Sections 2.1.6, 2.2.1-2.2.5
In many situations our probability models come from the interaction between 2 or more categorical variables. For instance, recall the CDC data, that had amongst other information two variables, the respondents’ gender and their assessment of their health. The follow contingency table shows how many respondents answered each pair of the 10 possible combinations of values:
Health | poor | fair | good | very good | excellent | Total |
---|---|---|---|---|---|---|
Female | 394 | 1135 | 2953 | 3590 | 2359 | 10431 |
Male | 283 | 884 | 2722 | 3382 | 2298 | 9569 |
Total | 677 | 2019 | 5675 | 6972 | 4657 | 20000 |
So for instance there were 884 respondents who were male and answered “fair” when asked about their health. We can turn these into probabilities by dividing by the total count:
Health | poor | fair | good | very good | excellent | Total |
---|---|---|---|---|---|---|
Female | 0.01970 | 0.05675 | 0.14765 | 0.17950 | 0.11795 | 0.52155 |
Male | 0.01415 | 0.04420 | 0.13610 | 0.16910 | 0.11490 | 0.47845 |
Total | 0.03385 | 0.10095 | 0.28375 | 0.34860 | 0.23285 | 1.00000 |
For example those 884 respondents correspond to a probability of \(\frac{884}{20000} = 0.0442 = 4.42\%\).

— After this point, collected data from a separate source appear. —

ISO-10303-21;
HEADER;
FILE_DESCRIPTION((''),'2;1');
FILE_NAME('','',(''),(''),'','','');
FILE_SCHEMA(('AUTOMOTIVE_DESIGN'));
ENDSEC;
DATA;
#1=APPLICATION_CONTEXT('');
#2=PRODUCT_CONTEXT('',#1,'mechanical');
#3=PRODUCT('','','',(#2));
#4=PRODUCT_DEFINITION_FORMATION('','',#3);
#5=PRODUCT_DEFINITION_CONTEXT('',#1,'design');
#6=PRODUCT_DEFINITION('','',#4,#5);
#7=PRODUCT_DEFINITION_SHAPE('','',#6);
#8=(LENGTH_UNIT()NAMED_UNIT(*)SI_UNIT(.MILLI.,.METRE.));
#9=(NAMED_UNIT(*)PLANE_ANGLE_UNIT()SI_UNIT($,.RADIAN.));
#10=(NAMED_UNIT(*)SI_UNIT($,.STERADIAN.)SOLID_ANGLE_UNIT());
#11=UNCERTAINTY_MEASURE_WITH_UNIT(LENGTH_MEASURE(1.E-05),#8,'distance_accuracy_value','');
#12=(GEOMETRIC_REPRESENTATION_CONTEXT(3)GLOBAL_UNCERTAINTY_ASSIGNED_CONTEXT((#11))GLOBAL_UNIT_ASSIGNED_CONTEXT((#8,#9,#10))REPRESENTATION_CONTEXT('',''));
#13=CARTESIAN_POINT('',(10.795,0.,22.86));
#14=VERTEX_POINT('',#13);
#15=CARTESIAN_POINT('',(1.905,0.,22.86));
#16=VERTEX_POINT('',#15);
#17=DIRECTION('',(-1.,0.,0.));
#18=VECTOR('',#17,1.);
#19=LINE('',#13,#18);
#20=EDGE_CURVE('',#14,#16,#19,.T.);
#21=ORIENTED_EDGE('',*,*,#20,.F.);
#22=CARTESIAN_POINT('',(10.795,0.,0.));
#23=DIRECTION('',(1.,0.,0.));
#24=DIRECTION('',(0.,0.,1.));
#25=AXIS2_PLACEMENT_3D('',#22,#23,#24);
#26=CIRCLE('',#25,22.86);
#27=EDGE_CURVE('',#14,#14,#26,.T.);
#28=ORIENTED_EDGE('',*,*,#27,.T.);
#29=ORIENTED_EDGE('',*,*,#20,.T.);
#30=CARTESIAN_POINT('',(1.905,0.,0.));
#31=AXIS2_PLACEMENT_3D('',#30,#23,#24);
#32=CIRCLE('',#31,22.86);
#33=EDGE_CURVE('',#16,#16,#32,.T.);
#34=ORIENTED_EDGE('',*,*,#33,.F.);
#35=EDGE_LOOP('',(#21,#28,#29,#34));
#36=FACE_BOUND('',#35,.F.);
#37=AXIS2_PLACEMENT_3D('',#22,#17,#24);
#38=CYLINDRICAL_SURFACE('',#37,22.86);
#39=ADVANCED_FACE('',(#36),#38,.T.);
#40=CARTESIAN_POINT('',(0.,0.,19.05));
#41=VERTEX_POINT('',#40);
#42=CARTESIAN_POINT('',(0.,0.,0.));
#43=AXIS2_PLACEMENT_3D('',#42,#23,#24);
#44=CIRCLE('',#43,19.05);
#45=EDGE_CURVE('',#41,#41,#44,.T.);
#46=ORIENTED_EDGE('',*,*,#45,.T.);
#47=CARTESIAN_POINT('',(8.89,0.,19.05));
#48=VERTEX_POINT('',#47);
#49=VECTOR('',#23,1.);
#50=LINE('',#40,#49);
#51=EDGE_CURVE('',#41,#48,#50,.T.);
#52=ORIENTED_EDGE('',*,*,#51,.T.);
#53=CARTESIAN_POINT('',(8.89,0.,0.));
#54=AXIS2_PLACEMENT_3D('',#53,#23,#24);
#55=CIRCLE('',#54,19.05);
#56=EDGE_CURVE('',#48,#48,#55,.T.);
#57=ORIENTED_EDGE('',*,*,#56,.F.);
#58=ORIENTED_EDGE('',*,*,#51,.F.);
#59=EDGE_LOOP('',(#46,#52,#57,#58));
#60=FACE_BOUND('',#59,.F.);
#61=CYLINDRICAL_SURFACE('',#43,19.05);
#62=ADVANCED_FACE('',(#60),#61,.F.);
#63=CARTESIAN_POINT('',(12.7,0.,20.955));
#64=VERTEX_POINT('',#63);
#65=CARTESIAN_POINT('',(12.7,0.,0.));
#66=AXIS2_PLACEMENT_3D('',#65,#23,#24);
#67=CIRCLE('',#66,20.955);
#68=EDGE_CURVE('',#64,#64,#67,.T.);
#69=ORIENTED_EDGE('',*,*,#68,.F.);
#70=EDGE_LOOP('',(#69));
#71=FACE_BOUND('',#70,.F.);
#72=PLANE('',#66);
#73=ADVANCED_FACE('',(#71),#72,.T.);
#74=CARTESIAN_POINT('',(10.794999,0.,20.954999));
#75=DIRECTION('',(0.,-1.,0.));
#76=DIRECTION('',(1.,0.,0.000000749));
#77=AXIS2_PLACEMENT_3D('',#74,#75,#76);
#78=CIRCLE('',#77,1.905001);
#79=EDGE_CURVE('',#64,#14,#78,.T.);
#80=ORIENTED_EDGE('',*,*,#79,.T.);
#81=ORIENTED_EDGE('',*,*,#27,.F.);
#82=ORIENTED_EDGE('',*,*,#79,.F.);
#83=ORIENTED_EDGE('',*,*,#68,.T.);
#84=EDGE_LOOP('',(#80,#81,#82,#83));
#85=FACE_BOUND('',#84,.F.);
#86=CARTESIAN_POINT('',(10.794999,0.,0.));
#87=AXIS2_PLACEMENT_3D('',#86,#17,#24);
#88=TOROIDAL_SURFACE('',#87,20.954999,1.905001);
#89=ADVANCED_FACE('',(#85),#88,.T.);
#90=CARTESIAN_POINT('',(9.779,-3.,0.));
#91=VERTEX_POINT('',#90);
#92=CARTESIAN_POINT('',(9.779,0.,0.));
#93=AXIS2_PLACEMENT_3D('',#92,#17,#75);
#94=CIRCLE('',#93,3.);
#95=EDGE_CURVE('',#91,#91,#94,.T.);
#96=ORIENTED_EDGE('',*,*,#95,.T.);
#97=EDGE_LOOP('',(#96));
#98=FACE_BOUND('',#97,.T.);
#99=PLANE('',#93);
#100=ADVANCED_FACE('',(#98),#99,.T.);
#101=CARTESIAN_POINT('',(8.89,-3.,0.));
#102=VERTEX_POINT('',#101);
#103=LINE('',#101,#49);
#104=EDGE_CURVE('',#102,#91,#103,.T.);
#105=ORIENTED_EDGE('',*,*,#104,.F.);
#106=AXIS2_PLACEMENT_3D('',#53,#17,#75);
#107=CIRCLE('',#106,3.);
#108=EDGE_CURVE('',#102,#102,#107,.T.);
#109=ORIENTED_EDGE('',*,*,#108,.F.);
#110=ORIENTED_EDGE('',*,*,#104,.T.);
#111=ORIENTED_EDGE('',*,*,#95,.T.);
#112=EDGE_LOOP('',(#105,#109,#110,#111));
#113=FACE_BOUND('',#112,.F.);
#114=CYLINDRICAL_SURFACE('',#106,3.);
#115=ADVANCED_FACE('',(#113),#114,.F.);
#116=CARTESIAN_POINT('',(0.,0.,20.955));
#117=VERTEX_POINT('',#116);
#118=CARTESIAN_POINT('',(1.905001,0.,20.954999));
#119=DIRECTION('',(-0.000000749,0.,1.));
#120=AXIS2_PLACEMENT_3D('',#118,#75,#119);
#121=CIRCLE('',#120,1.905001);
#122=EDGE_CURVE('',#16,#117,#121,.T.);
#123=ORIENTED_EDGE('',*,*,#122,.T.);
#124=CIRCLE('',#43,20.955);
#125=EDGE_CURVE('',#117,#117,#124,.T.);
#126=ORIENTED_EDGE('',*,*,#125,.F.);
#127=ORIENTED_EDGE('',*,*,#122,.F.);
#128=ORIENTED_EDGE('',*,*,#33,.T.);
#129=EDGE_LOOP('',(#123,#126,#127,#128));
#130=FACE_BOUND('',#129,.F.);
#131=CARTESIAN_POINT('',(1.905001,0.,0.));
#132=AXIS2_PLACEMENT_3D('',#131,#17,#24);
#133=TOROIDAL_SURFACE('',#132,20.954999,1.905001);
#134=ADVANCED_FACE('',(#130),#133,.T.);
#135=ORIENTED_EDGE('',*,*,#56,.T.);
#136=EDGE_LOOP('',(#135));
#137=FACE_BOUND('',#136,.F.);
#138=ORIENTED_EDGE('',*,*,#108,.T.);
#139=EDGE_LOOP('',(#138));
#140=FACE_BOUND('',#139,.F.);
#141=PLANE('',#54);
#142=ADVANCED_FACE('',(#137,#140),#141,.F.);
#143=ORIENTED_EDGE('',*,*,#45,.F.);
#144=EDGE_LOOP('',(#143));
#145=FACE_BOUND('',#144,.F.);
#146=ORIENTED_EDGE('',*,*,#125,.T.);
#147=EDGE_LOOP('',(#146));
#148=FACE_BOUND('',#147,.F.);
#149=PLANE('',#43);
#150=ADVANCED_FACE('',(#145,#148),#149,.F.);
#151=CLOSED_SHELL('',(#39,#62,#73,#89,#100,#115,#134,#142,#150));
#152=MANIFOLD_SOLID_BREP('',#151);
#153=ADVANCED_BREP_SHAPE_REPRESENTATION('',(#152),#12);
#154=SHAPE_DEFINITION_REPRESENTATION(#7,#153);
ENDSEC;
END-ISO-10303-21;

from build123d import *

# Parameters (mm, degrees)
F2_R     = 3
F3_DEPTH = 0.889


with BuildPart() as f1:
    # F0 (on Front) → F1 (revolve)
    with BuildSketch(Plane.XZ):
        with BuildLine():
            Line((0, 20.955), (0, 19.05))
            Line((0, 19.05), (8.89, 19.05))
            Line((8.89, 19.05), (8.89, 0))
            Line((8.89, 0), (12.7, 0))
            Line((12.7, 0), (12.7, 20.955))
            ThreePointArc((12.7, 20.955), (12.142038, 22.302038), (10.795, 22.86))
            Line((10.795, 22.86), (1.905, 22.86))
            ThreePointArc((1.905, 22.86), (0.557962, 22.302038), (0, 20.955))
        make_face()
    revolve(axis=Axis((2.430882, 0, 0), (1, 0, 0)))

    # F2 (on face) → F3 (cut)
    with BuildSketch(Plane(origin=(8.89, 0, 0), x_dir=(0, -1, 0), z_dir=(-1, 0, 0))):
        Circle(F2_R)
    extrude(amount=-F3_DEPTH, mode=Mode.SUBTRACT)


solid = f1.part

We now have a probability model, consisting of 10 possible outcomes (all those combinations). If we pick a student at random, these numbers tell us the chances that the student would be in each of those 10 outcomes. This is what we call the joint probabilities, as it involves more than one “variable”: Our outcomes are formed out of pairs of outcomes from the two separate questions, Gender and Health.
These two separate questions also have their own probability distributions, reflected in the “Total” row and column. For instance if we pick a respondent at random there is a \(52.155\%\) chance that they would be female, and a \(28.375\%\) chance that they would be in “good” health. We call these the marginal probabilities.
Using the table of joint probabilities, we can answer a number of questions, for instance:
If we pick the student at random, what are the chances that they would be Female and in at least good condition?
All we have to do for this is to add the 3 relevant entries in the table, so \(0.14765+0.17950+0.11795=0.4451\) or \(44.51\%\).
There is another important kind of question we want to ask, and it leads us to the notion of conditional probability. Suppose instead the question was the following (and there are two versions of it that are equivalent):
- If we pick a respondent at random and they turn out to be female, what are the chances that they would be in at least good condition?
- If we pick a female respondent at random, what are the chances that they would be in at least good condition?
In both cases the effect is the same: The total group of respondents is reduced to only those that are female. So instead of adding up all those respondents that are female and in at least good condition, and finding our answer, we now need to dig further, and figure out what part that is out of all the female resondents.
So in our case we could achieve this by doing either:
\[\frac{0.14765+0.17950+0.11795}{0.52155} = \frac{0.4451}{0.52155} = 0.8534\] or \[\frac{2953+3590+2359}{10431} = \frac{8902}{10431} = 0.8534\]
So the answer to this question is \(85.34\%\).
We can also ask the question in the other direction, with a different answer:
If we pick a respondent at random and they turn out to have at least good health, what are the chances that they would be a female?
In both cases, this and the previous one, we are interested in the students that are female and in at least good health. what differs is what we compare them to: all the respondents, only female respondents, or only respondents that are in good health? For this last case, we compare to all those that are in at least good health, so we would have:
\[\frac{0.14765+0.17950+0.11795}{0.28375+0.34860+0.23285} = \frac{0.4451}{0.8652} = 0.51445\]
Now we are ready for the general definition:
The probability of an event given another event is called conditional probability. It is one of the hardest concepts to master.
\(P(A|B)\) is the probability of A occuring, given that B does occur.
Think of it as “restricting the sample space”: Only outcomes in \(B\) matter; how many of those are also in \(A\)?
\[P(A|B) = \frac{P(A\textrm{ and }B)}{P(B)}\]
Example: In the case of the 5-sided die, suppose \(A\) is the event that the number turns out to be even, and \(B\) the event that the number is at least 4. Let us compute \(P(A|B)\):
In words this says: Given the number is at least 4, what are the chances the number is even?
It will be: \(\frac{P(4)}{P(4\textrm{ or }5)} = \frac{1/5}{2/5} = 1/2\).
Notice the difference between \(P(A)\) and \(P(A|B)\)!!!